Ordinary shares of founding shareholders
Article 119. Ordinary shares of founding shareholders
1. A new joint-stock company must have at least 03 founding shareholders; a joint-stock company converted from a state-owned company or limited liability company, or derived from a division, split, amalgamation, merger of another joint-stock company is not required to have founding shareholders.
If there are no founding shareholders, the company’s charter enclosed with the application for enterprise registration must bear the signature of the legal representative or ordinary shareholders of such company.
2. Founding shareholders must register at least 20% of total authorized ordinary shares on upon business registration.
3. Within 03 years from the issuance date of the Certificate of Business registration, founding shareholders may transfer their shares to other founding shareholders; they may transfer their ordinary shares to people other than founding shareholders if approved by the General Meeting of Shareholders. In this case, the transferring shareholders do not have the right to vote on the transfer of such shares.
4. Restrictions to ordinary shares of founding shareholders shall be lifted after 03 years from the issuance date of the Certificate of Business registration. These restrictions shall not apply to the shares that founding shareholders obtain after business registration and the shares transferred by founding shareholders to people other than founding shareholders of the company.
Article 120. Share certificates
1. Share certificates are certificates issued by a joint-stock company, book entries, or electronic data which certify ownership of one or an amount of shares of the company.

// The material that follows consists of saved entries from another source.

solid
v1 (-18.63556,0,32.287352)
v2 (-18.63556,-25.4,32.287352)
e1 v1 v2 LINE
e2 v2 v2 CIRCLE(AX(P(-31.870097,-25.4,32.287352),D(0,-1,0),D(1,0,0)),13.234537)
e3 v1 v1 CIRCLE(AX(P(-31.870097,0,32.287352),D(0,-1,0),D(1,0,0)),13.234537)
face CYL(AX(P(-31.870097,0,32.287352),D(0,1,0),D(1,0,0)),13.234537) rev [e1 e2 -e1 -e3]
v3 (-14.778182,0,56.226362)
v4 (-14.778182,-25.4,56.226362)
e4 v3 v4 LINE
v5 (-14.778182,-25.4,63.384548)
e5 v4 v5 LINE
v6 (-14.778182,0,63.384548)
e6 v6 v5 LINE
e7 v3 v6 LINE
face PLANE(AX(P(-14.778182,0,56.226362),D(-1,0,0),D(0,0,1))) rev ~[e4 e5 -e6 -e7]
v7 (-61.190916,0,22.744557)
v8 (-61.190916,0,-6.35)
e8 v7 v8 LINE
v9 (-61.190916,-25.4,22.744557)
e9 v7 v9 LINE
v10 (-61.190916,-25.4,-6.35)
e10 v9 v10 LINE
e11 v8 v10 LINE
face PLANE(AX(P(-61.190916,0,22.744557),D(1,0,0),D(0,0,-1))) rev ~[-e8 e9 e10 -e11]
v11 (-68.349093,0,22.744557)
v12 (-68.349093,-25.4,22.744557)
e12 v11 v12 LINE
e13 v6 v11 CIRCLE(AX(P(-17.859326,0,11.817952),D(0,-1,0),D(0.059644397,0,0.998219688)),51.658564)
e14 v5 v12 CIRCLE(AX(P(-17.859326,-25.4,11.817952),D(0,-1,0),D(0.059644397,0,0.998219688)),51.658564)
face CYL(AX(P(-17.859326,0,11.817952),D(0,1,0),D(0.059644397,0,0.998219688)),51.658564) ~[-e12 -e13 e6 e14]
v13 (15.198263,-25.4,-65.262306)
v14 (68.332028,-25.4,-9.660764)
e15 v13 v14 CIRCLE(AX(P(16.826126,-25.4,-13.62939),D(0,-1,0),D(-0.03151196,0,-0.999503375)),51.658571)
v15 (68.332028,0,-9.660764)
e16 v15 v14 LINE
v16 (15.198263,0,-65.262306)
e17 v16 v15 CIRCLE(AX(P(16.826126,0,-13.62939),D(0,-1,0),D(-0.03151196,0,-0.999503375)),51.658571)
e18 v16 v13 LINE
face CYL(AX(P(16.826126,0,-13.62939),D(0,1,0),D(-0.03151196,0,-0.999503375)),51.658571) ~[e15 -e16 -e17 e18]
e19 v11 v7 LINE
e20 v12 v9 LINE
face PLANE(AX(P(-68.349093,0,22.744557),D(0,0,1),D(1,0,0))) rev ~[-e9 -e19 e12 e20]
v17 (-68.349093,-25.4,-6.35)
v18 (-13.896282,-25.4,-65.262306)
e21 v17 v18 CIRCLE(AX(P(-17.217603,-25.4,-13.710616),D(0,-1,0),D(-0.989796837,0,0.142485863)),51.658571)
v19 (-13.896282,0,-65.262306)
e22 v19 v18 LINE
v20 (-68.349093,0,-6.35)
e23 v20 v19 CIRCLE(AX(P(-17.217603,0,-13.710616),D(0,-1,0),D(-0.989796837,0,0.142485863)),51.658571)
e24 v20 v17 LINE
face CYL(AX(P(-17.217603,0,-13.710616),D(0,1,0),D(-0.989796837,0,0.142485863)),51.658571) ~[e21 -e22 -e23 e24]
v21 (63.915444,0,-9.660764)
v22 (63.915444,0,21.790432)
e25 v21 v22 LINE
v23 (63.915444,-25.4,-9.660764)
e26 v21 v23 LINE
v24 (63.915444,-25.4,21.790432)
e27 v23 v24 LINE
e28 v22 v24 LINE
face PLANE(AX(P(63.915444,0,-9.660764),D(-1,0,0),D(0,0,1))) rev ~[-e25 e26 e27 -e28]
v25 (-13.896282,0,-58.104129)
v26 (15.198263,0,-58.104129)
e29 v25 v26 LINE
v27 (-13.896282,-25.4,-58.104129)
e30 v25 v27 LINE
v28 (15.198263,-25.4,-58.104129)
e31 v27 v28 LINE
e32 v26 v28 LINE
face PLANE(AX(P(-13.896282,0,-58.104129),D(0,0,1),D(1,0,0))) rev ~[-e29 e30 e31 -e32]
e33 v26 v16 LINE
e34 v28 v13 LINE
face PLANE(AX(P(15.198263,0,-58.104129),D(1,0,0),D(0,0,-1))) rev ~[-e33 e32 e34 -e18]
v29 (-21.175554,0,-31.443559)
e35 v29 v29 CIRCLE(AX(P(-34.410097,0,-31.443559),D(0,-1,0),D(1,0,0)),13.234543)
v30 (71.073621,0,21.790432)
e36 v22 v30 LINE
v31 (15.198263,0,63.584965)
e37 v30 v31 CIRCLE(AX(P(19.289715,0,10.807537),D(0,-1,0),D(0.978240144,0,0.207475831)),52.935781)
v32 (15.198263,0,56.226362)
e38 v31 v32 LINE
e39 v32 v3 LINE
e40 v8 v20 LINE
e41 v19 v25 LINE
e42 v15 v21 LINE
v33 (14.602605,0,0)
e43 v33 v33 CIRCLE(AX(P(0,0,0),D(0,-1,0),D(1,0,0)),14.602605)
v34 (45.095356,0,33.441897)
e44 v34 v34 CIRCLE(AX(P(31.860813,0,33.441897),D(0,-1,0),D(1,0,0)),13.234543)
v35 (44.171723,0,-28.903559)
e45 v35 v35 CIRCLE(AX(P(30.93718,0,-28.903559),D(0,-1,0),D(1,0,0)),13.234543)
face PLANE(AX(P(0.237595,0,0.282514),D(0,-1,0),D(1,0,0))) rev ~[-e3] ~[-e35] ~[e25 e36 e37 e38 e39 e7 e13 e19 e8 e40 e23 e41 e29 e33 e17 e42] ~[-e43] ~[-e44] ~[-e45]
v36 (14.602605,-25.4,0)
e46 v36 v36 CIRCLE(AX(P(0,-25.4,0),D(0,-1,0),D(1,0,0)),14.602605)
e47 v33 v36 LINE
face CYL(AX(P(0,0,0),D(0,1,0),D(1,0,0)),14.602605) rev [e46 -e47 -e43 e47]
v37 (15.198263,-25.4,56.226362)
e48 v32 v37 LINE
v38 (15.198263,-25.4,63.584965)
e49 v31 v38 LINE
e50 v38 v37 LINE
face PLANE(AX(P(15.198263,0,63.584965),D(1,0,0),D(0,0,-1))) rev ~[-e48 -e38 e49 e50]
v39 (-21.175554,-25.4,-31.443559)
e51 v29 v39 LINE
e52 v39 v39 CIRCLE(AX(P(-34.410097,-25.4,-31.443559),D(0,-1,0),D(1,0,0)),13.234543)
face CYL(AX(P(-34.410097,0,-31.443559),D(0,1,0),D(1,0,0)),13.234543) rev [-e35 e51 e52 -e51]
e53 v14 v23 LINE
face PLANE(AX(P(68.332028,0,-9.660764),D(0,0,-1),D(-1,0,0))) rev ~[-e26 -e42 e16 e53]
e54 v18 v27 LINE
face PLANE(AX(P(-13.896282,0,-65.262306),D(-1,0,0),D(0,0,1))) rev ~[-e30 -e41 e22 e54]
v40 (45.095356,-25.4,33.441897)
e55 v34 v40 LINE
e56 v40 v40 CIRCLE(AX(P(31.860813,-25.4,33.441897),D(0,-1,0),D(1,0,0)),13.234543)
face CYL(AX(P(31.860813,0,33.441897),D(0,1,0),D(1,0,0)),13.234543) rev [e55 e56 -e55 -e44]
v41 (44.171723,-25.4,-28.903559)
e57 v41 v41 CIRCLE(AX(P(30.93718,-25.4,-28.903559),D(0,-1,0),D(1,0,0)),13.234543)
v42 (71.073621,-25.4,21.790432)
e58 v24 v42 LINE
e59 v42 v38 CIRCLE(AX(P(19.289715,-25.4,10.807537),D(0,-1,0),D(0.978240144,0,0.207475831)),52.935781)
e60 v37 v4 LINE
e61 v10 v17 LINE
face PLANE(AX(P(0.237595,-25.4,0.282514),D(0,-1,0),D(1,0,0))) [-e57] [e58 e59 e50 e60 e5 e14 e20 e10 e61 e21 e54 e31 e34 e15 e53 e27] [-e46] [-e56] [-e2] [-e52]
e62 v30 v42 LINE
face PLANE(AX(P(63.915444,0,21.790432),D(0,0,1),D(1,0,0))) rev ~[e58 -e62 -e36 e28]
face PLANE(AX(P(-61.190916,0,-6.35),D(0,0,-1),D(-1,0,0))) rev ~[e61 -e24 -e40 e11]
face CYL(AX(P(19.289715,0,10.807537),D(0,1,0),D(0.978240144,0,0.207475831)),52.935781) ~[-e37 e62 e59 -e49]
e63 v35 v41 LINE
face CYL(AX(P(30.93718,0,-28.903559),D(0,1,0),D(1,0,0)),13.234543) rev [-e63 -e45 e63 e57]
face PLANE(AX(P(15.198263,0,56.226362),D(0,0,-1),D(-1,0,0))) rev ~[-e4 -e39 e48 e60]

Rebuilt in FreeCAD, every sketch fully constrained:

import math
import FreeCAD as App
import Part
import Sketcher

V = App.Vector
Q = App.Units.Quantity

doc = App.newDocument("Part")
params = doc.addObject("Spreadsheet::Sheet", "Params")
for row, (alias, value) in enumerate([
    ("pad1_length", "1 in"),
], start=1):
    params.set(f"A{row}", alias)
    params.set(f"B{row}", "=" + value)
    params.setAlias(f"B{row}", alias)

body = doc.addObject("PartDesign::Body", "Body")

# Sketch on XZ plane
sketch1 = doc.addObject("Sketcher::SketchObject", "Sketch")
body.addObject(sketch1)
sketch1.AttachmentSupport = (doc.XZ_Plane, [""])
sketch1.MapMode = "FlatFace"
sketch1.addGeometry([
    Part.LineSegment(V(-68.349093, 22.744557, 0), V(-61.190916, 22.744557, 0)),  # 0
    Part.LineSegment(V(-61.190916, 22.744557, 0), V(-61.190916, -6.35, 0)),  # 1
    Part.LineSegment(V(-61.190916, -6.35, 0), V(-68.349093, -6.35, 0)),  # 2
    Part.ArcOfCircle(Part.Circle(V(-17.217603, -13.710616, 0), V(0, 0, 1), 51.658571), math.radians(171.808282), math.radians(273.686301)),  # 3
    Part.LineSegment(V(-13.896282, -65.262306, 0), V(-13.896282, -58.104129, 0)),  # 4
    Part.LineSegment(V(-13.896282, -58.104129, 0), V(15.198263, -58.104129, 0)),  # 5
    Part.LineSegment(V(15.198263, -58.104129, 0), V(15.198263, -65.262306, 0)),  # 6
    Part.ArcOfCircle(Part.Circle(V(16.826126, -13.62939, 0), V(0, 0, 1), 51.658571), math.radians(-91.805801), math.radians(4.406041)),  # 7
    Part.LineSegment(V(68.332028, -9.660764, 0), V(63.915444, -9.660764, 0)),  # 8
    Part.LineSegment(V(63.915444, -9.660764, 0), V(63.915444, 21.790432, 0)),  # 9
    Part.LineSegment(V(63.915444, 21.790432, 0), V(71.073621, 21.790432, 0)),  # 10
    Part.ArcOfCircle(Part.Circle(V(19.289715, 10.807537, 0), V(0, 0, 1), 52.935781), math.radians(11.97447), math.radians(94.432861)),  # 11
    Part.LineSegment(V(15.198263, 63.584965, 0), V(15.198263, 56.226362, 0)),  # 12
    Part.LineSegment(V(15.198263, 56.226362, 0), V(-14.778182, 56.226362, 0)),  # 13
    Part.LineSegment(V(-14.778182, 56.226362, 0), V(-14.778182, 63.384548, 0)),  # 14
    Part.ArcOfCircle(Part.Circle(V(-17.859326, 11.817952, 0), V(0, 0, 1), 51.658564), math.radians(86.580598), math.radians(167.7888)),  # 15
    Part.Circle(V(-34.410097, -31.443559, 0), V(0, 0, 1), 13.234543),  # 16
    Part.Circle(V(30.93718, -28.903559, 0), V(0, 0, 1), 13.234543),  # 17
    Part.Circle(V(0, 0, 0), V(0, 0, 1), 14.602605),  # 18
    Part.Circle(V(-31.870097, 32.287352, 0), V(0, 0, 1), 13.234537),  # 19
    Part.Circle(V(31.860813, 33.441897, 0), V(0, 0, 1), 13.234543),  # 20
], False)
sketch1.addConstraint([
    Sketcher.Constraint("Coincident", 0, 2, 1, 1),
    Sketcher.Constraint("Coincident", 1, 2, 2, 1),
    Sketcher.Constraint("Coincident", 2, 2, 3, 1),
    Sketcher.Constraint("Coincident", 3, 2, 4, 1),
    Sketcher.Constraint("Coincident", 4, 2, 5, 1),
    Sketcher.Constraint("Coincident", 5, 2, 6, 1),
    Sketcher.Constraint("Coincident", 6, 2, 7, 1),
    Sketcher.Constraint("Coincident", 7, 2, 8, 1),
    Sketcher.Constraint("Coincident", 8, 2, 9, 1),
    Sketcher.Constraint("Coincident", 9, 2, 10, 1),
    Sketcher.Constraint("Coincident", 10, 2, 11, 1),
    Sketcher.Constraint("Coincident", 11, 2, 12, 1),
    Sketcher.Constraint("Coincident", 12, 2, 13, 1),
    Sketcher.Constraint("Coincident", 13, 2, 14, 1),
    Sketcher.Constraint("Coincident", 14, 2, 15, 1),
    Sketcher.Constraint("Coincident", 15, 2, 0, 1),
    Sketcher.Constraint("Horizontal", 0),
    Sketcher.Constraint("Vertical", 1),
    Sketcher.Constraint("Horizontal", 2),
    Sketcher.Constraint("Vertical", 4),
    Sketcher.Constraint("Horizontal", 5),
    Sketcher.Constraint("Vertical", 6),
    Sketcher.Constraint("Horizontal", 8),
    Sketcher.Constraint("Vertical", 9),
    Sketcher.Constraint("Horizontal", 10),
    Sketcher.Constraint("Vertical", 12),
    Sketcher.Constraint("Horizontal", 13),
    Sketcher.Constraint("Vertical", 14),
    Sketcher.Constraint("Coincident", 18, 3, -1, 1),
    Sketcher.Constraint("Equal", 3, 7),
    Sketcher.Constraint("Equal", 16, 17),
    Sketcher.Constraint("Equal", 17, 20),
    Sketcher.Constraint("Horizontal", 3, 2, 6, 2),
    Sketcher.Constraint("Vertical", 6, 2, 11, 2),
    Sketcher.Constraint("Vertical", 2, 2, 15, 2),
    Sketcher.Constraint("Equal", 2, 10),
    Sketcher.Constraint("Equal", 10, 4),
    Sketcher.Constraint("DistanceY", 16, 3, 17, 3, Q("0.1 in")),
    Sketcher.Constraint("DistanceX", 16, 3, 19, 3, Q("0.1 in")),
    Sketcher.Constraint("DistanceY", 1, 2, -1, 1, Q("0.25 in")),
    Sketcher.Constraint("Diameter", 18, Q("29.20521 mm")),
    Sketcher.Constraint("Radius", 3, Q("51.658571 mm")),
    Sketcher.Constraint("Radius", 11, Q("52.935781 mm")),
    Sketcher.Constraint("Diameter", 16, Q("26.469086 mm")),
    Sketcher.Constraint("Diameter", 19, Q("26.469074 mm")),
    Sketcher.Constraint("Radius", 15, Q("51.658564 mm")),
    Sketcher.Constraint("DistanceY", 15, 3, 19, 3, Q("20.4694 mm")),
    Sketcher.Constraint("DistanceY", 7, 2, 11, 3, Q("20.468301 mm")),
    Sketcher.Constraint("DistanceX", 0, 1, 0, 2, Q("7.158177 mm")),
    Sketcher.Constraint("DistanceX", 5, 1, 5, 2, Q("29.094545 mm")),
    Sketcher.Constraint("DistanceX", 8, 2, 8, 1, Q("4.416584 mm")),
    Sketcher.Constraint("DistanceX", 13, 2, 13, 1, Q("29.976445 mm")),
    Sketcher.Constraint("DistanceY", 1, 2, 1, 1, Q("29.094557 mm")),
    Sketcher.Constraint("DistanceY", 9, 1, 9, 2, Q("31.451196 mm")),
    Sketcher.Constraint("DistanceY", 12, 2, 12, 1, Q("7.358603 mm")),
    Sketcher.Constraint("DistanceY", 14, 1, 14, 2, Q("7.158186 mm")),
    Sketcher.Constraint("DistanceY", 7, 3, -1, 1, Q("13.62939 mm")),
    Sketcher.Constraint("DistanceY", -1, 1, 15, 3, Q("11.817952 mm")),
    Sketcher.Constraint("DistanceY", 16, 3, -1, 1, Q("31.443559 mm")),
    Sketcher.Constraint("DistanceX", -1, 1, 17, 3, Q("30.93718 mm")),
    Sketcher.Constraint("DistanceX", 3, 2, -1, 1, Q("13.896282 mm")),
    Sketcher.Constraint("DistanceY", 4, 2, -1, 1, Q("58.104129 mm")),
    Sketcher.Constraint("DistanceY", -1, 1, 9, 2, Q("21.790432 mm")),
    Sketcher.Constraint("DistanceX", 16, 3, 15, 3, Q("16.550771 mm")),
    Sketcher.Constraint("DistanceY", 11, 3, 20, 3, Q("22.63436 mm")),
    Sketcher.Constraint("DistanceX", 15, 3, 20, 3, Q("49.720139 mm")),
])
pad1 = doc.addObject("PartDesign::Pad", "Pad")
body.addObject(pad1)
pad1.Profile = sketch1
pad1.setExpression("Length", "Params.pad1_length")

doc.recompute()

A share certificate must contain the following information:
a) Name, ID number, headquarter address of the enterprise;
b) Amount and type of shares;
c) Face value of each share and total face value of shares written on the share certificate;
d) Full name, address, Nationality, ID/passport number if the shareholder is an individual; name, enterprise identification number or establishment decision number, and headquarter address if the shareholder is an organization;
dd) Summary of procedures for Share transfer;
e) Signature of the legal representative and the company’s seal (if any);
g) Registration number in the shareholder register and share issuance date;
h) Preferred share certificates shall contain other information prescribed in Articles 116, 117 and 118 of this Law.
2. If there is a mistake in the contents and format of the share certificates issued by the company, the rights and interests of their holders shall not be affected. The legal representative of the company shall take responsibility for the damage caused by such mistakes.
3. In case a share certificate is lost, damaged, or otherwise destroyed, the shareholder shall be reissued with another share certificate at the shareholder’s request.
The request must contain the following information:
a) The share certificate that is lost, damaged, or otherwise destroyed. In case the share certificate is lost, the shareholder must make a commitment that a thorough search for it has been carried out and it will be returned to the company for destruction purpose if it is ever found.
b) Assumption of responsibility for disputes over issuance of the new share certificate.
With regard to any share the total face value of which is over VND 10 million, before receiving the request for issuance of a new share certificate, company’s legal representative may request the holder to post a notification of the share certificate that is lost, damaged, or otherwise destroyed, then request the company to issue a new share certificate after 15 days from the day on which the notification is posted.